Günler birbirini kovalıyordu. Buradaki 9. Gündü. Asla yanından ayrılmadım. Artık yoğun bakımda değildi. Normal odaya almışlardı. Doktorun dediğine göre hayati tehlikeyi atlatmıştı. Arada bir Renee gelip ağzıma yemek tıkıyordu oda zorla. Bugünde bizimkiler burdaydı. Luck,Renee, Alec, Robert. Bana destek olmaya çalışıyorlardı ama onlarda içten içe yanıyorlardı. Renee gergün ağlıyordu ve susturana kadar canımız çıkıyordu. Doktor beni yanına çağırdı. Yanına gittiğim zaman bana önemli birşey söyleyeceğini ve arkadaşlarıma alıştıra alıştıra söylememi istedi. Az önce odadan çıktım ve bizimgilerin yanına gittim.
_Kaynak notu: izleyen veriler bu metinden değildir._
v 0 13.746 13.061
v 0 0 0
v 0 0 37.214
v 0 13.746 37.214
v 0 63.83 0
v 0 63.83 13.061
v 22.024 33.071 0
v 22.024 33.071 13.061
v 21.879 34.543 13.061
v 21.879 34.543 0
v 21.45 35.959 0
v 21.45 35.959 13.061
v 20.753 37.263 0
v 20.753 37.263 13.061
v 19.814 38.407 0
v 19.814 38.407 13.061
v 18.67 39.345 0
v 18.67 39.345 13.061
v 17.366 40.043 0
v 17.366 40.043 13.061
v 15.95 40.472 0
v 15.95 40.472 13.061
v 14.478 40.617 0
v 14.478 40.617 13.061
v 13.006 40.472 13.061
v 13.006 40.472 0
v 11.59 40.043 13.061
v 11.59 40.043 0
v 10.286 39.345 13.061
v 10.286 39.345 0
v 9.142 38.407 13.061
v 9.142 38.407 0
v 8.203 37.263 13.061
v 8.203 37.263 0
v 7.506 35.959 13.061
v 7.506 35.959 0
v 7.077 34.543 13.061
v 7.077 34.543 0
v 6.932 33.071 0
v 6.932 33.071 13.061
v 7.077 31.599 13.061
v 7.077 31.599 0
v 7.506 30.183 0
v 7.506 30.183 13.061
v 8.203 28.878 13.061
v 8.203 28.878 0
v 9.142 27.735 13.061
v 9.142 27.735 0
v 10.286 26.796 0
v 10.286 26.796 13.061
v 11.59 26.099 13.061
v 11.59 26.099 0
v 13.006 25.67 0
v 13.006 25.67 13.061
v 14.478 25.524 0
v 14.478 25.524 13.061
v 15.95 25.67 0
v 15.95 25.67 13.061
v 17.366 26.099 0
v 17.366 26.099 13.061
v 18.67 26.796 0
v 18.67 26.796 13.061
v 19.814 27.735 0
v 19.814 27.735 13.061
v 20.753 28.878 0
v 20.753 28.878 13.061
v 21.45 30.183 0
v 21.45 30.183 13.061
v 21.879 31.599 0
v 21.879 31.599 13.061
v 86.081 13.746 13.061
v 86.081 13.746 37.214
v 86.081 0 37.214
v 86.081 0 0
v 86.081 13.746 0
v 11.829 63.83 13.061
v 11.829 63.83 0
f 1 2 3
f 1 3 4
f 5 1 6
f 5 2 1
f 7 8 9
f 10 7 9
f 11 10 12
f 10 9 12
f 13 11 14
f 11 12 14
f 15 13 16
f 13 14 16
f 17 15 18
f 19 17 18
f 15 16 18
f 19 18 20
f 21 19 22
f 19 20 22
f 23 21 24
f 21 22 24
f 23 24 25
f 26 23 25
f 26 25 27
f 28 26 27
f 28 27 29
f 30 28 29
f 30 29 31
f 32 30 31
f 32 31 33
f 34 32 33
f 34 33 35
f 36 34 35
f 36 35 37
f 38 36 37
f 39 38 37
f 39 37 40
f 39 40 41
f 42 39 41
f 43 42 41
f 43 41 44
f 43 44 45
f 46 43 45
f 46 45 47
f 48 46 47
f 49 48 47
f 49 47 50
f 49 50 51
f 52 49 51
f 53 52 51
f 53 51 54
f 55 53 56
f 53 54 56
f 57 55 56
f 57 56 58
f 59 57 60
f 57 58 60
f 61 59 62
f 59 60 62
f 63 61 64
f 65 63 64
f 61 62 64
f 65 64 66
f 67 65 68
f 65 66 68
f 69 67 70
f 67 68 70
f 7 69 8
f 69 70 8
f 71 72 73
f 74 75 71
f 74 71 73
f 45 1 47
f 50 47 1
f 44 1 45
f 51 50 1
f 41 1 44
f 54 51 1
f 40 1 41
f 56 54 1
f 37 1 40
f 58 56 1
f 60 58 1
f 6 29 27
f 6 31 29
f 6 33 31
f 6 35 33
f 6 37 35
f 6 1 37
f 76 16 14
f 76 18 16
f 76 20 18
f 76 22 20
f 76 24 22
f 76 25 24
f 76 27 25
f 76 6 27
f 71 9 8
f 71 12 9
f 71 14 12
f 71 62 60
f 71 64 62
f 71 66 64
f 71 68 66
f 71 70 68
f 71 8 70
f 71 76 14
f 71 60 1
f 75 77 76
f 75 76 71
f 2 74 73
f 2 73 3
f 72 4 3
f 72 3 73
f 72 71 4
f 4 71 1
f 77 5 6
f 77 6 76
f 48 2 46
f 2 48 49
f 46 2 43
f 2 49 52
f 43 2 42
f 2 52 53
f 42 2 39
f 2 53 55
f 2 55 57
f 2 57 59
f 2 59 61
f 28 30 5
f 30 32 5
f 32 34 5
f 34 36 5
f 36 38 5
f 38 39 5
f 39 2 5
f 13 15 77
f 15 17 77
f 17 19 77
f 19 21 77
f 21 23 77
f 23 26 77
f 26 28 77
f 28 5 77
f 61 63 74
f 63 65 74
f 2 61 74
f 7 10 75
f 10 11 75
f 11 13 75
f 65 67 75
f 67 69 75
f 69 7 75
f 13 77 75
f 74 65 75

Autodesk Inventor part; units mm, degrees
ref_plane "YZ Plane" through (0, 0, 0) normal (1, 0, 0) x (0, 1, 0)
ref_plane "XZ Plane" through (0, 0, 0) normal (0, 1, 0) x (-1, 0, 0)
ref_plane "XY Plane" through (0, 0, 0) normal (0, 0, 1) x (1, 0, 0)
sketch "Sketch1" plane through (0, 0, 0) normal (0, 0, 1) x (1, 0, 0)
  line L0 (0, 0) -> (0, 63.8302)
  line L1 (0, 63.8302) -> (11.8288, 63.8302)
  line L2 (11.8288, 63.8302) -> (86.0806, 13.7465)
  line L3 (86.0806, 13.7465) -> (86.0806, 0)
  line L4 (86.0806, 0) -> (0, 0)
  dimension "d0" = 11.8288
  dimension "d1" = 13.7465
  dimension "d2" = 63.8302
  dimension "d3" = 86.0806
extrude "Extrusion1" add sketch "Sketch1" along normal blind 13.0607
sketch "Sketch3" plane through (0, 0, 13.0607) normal (0, 0, 1) x (1, 0, 0)
  line L0 (86.0806, 0) -> (86.0806, 13.7465) projected
  line L1 (86.0806, 13.7465) -> (0, 13.7465)
  line L2 (0, 13.7465) -> (0, 0)
  line L3 (0, 0) -> (86.0806, 0)
  line L4 (86.0806, 0) -> (86.0806, 13.7465)
extrude "Extrusion2" add sketch "Sketch3" along normal blind 24.1529
sketch "Sketch4" plane through (0, 0, 13.0607) normal (0, 0, 1) x (1, 0, 0)
  circle A0 centre (14.478, 33.0708) radius 7.5463
  line L0 (11.8288, 63.8302) -> (0, 63.8302) projected
  line L1 (0, 63.8302) -> (0, 13.7465) projected
  point P0 (0, 0)
  dimension "d8" = 15.0927
  dimension "d9" = 30.7594
  dimension "d10" = 14.478
extrude "Extrusion3" cut sketch "Sketch4" against normal blind 24.1529
properties part number "WoodenBlock" material "Stainless Steel"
Avril Lavigne - Keep Holding On açıp okuyun

"Dostum iyi misin ?"

"Ne söyledi doktor ?"

"Justin rengin neden soldu?"

"LANET OLSUN NE OLDUĞUNU SÖYLE ARTIK !" Hepsi birden soru sormaya başlamıştı fakat aklımdaki tek şey doktorun söylediği cümlelerdi.

"Bella.. O şey.." Lafımı tamamlayamadan Rene ağlayarak konuşmaya başladı.

"ÖLDÜ MÜ ! AMAN TANRIM !"

"Ha-hayır sakin ol Renee o ölmedi." derin bir nefes aldım ve hepsini bir anda söylemeye karar verdim. 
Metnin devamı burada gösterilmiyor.